WHAT TO WORK ON: Only one stretch of the records below should be repeated. It starts with the line containing "f 309 76 73" and goes on through the line containing "f 3 323 322", exactly as written.

SUPPLIED RECORDS:
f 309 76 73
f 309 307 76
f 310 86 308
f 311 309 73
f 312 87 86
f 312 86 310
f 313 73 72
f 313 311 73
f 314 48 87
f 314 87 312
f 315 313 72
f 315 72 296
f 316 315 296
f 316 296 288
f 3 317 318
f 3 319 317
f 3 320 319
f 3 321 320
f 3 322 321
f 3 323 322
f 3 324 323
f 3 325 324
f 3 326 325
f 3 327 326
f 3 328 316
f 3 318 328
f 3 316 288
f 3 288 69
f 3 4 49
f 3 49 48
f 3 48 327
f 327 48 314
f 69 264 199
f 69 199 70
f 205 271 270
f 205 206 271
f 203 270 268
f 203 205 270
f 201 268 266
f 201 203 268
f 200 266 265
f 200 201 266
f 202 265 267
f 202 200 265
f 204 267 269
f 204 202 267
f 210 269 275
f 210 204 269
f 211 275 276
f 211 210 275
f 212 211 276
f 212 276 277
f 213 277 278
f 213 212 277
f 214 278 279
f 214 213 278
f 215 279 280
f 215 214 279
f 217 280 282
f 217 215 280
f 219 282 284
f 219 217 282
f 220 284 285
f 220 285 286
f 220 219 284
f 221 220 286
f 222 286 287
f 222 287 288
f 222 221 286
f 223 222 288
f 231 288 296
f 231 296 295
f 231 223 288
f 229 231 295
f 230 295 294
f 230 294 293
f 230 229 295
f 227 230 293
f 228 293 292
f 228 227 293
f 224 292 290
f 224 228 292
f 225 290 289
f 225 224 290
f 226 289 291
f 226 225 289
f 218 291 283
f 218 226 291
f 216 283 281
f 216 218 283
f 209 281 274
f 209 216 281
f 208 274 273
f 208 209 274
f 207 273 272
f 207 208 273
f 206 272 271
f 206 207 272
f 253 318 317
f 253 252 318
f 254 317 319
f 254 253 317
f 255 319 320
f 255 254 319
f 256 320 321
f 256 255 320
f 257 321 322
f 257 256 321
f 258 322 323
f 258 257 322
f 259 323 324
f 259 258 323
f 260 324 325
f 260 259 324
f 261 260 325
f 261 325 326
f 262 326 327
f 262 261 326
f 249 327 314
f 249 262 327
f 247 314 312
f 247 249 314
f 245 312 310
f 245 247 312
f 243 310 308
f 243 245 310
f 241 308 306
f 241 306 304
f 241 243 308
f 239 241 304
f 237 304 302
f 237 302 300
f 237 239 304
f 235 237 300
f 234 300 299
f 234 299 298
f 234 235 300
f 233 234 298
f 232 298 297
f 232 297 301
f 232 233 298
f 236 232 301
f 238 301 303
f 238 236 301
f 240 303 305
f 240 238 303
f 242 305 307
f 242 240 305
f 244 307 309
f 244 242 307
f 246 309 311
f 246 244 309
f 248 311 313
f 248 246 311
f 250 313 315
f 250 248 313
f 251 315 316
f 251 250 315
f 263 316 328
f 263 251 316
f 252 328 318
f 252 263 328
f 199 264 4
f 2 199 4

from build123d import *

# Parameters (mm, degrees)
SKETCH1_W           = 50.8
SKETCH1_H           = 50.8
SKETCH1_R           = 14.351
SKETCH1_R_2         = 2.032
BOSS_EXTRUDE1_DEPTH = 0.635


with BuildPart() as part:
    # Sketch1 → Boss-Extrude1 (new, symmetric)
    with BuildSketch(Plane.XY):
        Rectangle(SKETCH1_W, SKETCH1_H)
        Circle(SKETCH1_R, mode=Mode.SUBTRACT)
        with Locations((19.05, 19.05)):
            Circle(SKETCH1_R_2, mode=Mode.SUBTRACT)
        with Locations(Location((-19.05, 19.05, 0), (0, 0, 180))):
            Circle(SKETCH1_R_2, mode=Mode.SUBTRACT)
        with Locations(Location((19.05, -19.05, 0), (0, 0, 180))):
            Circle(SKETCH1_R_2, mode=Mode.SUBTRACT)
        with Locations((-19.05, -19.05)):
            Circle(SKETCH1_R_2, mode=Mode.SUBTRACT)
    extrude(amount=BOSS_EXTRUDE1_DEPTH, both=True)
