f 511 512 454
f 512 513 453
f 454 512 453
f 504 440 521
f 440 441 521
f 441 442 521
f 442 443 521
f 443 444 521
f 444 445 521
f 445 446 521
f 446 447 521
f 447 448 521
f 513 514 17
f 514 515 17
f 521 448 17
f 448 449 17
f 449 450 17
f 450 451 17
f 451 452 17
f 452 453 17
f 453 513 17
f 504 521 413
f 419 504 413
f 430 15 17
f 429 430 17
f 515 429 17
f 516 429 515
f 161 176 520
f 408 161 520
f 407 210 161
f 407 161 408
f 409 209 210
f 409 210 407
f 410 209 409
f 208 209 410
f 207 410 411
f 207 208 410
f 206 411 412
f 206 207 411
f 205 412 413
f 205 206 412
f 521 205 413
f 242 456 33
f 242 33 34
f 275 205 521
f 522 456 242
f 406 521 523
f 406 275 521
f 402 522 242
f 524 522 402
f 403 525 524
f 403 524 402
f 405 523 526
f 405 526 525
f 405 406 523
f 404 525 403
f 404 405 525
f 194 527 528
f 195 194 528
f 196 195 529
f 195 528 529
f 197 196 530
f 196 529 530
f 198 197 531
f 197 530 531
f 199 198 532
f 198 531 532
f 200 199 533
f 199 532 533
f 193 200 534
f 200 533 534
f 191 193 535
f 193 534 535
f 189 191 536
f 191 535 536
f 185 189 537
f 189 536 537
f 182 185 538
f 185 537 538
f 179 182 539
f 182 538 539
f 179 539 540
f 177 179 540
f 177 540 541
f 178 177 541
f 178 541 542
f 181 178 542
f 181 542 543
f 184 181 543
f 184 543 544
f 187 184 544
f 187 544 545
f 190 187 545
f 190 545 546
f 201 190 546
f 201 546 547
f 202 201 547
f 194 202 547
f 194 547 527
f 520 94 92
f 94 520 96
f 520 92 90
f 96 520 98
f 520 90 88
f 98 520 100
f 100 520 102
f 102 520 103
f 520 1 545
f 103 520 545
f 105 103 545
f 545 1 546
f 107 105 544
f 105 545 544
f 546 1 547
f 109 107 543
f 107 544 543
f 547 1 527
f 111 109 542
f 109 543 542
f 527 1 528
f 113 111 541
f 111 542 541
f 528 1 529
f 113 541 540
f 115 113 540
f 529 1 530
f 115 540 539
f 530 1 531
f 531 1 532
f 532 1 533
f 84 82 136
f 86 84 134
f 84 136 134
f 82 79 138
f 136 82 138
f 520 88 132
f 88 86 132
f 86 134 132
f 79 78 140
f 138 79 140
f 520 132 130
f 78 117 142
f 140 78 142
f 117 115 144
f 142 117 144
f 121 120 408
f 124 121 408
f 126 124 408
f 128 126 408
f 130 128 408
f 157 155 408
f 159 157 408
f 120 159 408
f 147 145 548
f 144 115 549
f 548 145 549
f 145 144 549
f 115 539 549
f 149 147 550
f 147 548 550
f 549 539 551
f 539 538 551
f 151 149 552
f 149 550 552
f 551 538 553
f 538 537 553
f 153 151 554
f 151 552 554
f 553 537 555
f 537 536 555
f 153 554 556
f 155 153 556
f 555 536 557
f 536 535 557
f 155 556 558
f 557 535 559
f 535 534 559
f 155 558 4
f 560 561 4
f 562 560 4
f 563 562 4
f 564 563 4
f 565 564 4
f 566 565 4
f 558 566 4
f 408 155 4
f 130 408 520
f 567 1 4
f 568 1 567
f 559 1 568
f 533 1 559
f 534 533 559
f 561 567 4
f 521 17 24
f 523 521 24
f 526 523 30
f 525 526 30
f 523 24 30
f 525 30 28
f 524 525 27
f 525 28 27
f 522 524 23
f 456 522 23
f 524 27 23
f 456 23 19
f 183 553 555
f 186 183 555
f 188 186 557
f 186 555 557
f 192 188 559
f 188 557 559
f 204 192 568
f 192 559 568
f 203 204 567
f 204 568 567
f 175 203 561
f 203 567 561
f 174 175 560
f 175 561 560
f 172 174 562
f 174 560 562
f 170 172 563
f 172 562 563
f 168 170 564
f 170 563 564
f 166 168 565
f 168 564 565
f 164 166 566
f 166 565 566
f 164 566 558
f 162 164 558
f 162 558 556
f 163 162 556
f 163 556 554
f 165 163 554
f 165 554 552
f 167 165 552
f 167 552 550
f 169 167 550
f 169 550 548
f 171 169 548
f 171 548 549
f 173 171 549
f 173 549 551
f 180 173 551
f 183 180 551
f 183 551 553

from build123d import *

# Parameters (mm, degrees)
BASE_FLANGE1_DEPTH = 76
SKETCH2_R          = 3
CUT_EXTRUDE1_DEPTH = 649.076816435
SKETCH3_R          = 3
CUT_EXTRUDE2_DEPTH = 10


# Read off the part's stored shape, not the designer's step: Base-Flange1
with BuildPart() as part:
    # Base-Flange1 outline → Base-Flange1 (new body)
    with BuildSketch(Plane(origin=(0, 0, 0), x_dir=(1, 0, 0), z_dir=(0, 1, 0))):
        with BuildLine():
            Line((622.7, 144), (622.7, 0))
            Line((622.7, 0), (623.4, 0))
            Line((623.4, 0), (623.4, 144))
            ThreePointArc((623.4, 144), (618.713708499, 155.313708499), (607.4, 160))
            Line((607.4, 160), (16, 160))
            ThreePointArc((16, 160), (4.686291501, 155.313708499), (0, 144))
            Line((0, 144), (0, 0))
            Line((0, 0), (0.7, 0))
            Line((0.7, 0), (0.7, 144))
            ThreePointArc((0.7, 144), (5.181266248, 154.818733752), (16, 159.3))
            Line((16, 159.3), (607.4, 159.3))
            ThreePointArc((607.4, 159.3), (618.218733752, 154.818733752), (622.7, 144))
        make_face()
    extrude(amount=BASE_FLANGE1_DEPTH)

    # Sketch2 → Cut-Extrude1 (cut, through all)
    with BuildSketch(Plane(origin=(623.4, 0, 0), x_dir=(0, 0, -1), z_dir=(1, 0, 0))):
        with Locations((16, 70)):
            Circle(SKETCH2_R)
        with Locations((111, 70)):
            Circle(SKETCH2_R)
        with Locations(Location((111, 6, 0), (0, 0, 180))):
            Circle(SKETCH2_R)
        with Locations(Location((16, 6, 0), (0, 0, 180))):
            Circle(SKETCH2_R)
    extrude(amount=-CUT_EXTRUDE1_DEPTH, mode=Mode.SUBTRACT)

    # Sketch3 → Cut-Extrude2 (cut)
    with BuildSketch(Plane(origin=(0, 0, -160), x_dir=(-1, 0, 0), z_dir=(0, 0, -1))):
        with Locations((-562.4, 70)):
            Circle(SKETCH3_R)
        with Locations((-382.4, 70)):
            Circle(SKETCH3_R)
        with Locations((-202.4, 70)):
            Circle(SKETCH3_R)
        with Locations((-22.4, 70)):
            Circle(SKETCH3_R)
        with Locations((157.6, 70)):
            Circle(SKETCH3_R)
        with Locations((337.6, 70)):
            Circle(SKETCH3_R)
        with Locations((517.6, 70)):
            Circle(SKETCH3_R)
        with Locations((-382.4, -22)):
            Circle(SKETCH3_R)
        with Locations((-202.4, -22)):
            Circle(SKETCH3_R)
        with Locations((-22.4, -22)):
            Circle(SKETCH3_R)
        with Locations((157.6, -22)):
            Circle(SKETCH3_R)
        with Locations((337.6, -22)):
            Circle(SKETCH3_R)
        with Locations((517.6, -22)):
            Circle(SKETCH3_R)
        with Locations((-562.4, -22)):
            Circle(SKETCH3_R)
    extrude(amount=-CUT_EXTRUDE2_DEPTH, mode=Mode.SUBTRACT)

...

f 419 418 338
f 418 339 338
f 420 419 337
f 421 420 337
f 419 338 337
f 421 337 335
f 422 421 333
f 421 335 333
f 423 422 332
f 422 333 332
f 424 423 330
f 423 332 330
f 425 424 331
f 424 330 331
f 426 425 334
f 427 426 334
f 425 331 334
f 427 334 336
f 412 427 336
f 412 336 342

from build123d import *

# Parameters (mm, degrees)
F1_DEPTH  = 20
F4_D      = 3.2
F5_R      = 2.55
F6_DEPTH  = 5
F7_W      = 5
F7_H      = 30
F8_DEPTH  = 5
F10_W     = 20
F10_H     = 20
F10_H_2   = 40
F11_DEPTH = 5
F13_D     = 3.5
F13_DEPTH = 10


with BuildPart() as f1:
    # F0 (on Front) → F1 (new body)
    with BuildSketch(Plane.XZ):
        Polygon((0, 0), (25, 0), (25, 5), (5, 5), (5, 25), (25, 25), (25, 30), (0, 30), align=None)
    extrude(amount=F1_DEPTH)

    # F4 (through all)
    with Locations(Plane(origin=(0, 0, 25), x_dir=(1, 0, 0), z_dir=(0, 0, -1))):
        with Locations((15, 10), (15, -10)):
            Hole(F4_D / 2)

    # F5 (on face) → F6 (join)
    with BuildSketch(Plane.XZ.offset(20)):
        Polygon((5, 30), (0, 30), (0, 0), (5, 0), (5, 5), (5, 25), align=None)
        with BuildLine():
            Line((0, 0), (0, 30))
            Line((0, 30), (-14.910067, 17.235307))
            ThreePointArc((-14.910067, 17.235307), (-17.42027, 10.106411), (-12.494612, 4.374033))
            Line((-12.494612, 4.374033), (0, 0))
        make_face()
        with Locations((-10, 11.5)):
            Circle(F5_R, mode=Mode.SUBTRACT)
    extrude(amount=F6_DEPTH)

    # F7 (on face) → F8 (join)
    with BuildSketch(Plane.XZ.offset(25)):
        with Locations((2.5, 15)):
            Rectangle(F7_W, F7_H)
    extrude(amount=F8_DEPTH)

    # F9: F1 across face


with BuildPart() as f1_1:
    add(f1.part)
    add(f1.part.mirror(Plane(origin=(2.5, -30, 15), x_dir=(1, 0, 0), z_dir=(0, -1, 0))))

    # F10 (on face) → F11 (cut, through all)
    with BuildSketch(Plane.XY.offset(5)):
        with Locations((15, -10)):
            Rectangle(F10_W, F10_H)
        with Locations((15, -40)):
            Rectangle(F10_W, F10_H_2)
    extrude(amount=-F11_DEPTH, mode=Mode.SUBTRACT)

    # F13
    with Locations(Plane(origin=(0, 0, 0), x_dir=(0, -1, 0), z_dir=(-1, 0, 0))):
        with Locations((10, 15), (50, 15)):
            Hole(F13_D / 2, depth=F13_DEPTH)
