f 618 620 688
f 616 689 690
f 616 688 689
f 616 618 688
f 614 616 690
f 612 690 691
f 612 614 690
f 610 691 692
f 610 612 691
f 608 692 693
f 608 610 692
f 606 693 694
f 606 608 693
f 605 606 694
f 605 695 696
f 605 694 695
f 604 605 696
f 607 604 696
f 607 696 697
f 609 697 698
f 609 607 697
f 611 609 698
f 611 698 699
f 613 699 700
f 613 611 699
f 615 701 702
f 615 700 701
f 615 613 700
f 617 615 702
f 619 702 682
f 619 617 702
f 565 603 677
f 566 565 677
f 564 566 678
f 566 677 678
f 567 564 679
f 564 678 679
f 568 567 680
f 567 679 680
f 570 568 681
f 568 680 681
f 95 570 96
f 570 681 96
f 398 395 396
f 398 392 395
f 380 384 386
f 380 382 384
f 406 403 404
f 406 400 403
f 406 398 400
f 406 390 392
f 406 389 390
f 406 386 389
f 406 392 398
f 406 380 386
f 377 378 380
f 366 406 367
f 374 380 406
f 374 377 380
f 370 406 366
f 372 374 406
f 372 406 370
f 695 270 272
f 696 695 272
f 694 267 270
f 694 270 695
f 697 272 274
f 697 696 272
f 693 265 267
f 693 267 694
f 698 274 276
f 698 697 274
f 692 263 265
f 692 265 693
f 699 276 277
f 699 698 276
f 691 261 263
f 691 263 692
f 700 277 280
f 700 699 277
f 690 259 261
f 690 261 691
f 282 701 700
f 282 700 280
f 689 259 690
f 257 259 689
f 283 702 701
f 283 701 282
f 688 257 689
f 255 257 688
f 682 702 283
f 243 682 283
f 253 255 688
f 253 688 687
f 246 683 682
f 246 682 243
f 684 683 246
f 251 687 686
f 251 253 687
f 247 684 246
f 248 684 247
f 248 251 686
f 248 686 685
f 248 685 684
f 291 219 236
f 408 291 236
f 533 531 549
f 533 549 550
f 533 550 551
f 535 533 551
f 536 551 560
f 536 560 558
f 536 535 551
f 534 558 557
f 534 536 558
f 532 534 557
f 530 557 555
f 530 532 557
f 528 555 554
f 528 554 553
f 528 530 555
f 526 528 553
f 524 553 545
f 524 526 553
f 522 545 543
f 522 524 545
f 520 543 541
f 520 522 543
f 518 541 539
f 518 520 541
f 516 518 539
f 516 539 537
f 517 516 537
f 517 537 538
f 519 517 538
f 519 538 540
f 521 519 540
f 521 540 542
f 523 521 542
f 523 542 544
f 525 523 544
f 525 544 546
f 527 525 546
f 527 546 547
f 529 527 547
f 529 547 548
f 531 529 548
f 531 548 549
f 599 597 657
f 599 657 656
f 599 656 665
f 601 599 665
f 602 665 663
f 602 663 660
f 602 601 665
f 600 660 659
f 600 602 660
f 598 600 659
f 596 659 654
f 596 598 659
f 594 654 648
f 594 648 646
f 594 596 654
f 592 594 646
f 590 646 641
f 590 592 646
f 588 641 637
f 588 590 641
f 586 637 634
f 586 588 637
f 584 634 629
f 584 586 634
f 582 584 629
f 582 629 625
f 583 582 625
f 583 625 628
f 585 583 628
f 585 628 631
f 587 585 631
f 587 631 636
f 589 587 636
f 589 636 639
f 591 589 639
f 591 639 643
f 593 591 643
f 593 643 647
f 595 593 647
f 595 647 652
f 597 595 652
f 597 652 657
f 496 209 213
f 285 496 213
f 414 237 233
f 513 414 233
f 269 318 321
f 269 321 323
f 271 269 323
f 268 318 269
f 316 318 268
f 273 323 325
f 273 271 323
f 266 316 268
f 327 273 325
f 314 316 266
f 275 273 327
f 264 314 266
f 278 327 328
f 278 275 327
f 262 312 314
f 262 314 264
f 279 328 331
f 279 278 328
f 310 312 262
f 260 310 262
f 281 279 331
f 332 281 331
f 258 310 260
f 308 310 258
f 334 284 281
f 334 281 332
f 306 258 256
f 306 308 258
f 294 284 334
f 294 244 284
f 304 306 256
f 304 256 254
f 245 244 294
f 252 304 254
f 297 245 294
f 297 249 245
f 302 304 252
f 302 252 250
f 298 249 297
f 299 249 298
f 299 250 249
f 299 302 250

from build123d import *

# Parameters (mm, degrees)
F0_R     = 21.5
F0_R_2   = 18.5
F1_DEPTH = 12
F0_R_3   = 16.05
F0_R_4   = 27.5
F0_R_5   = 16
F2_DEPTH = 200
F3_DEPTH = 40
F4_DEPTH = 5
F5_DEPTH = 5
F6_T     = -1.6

YOUR RESPONSE:
f 309 76 73
f 309 307 76
f 310 86 308
f 311 309 73
f 312 87 86
f 312 86 310
f 313 73 72
f 313 311 73
f 314 48 87
f 314 87 312
f 315 313 72
f 315 72 296
f 316 315 296
f 316 296 288
f 3 317 318
f 3 319 317
f 3 320 319
f 3 321 320
f 3 322 321
f 3 323 322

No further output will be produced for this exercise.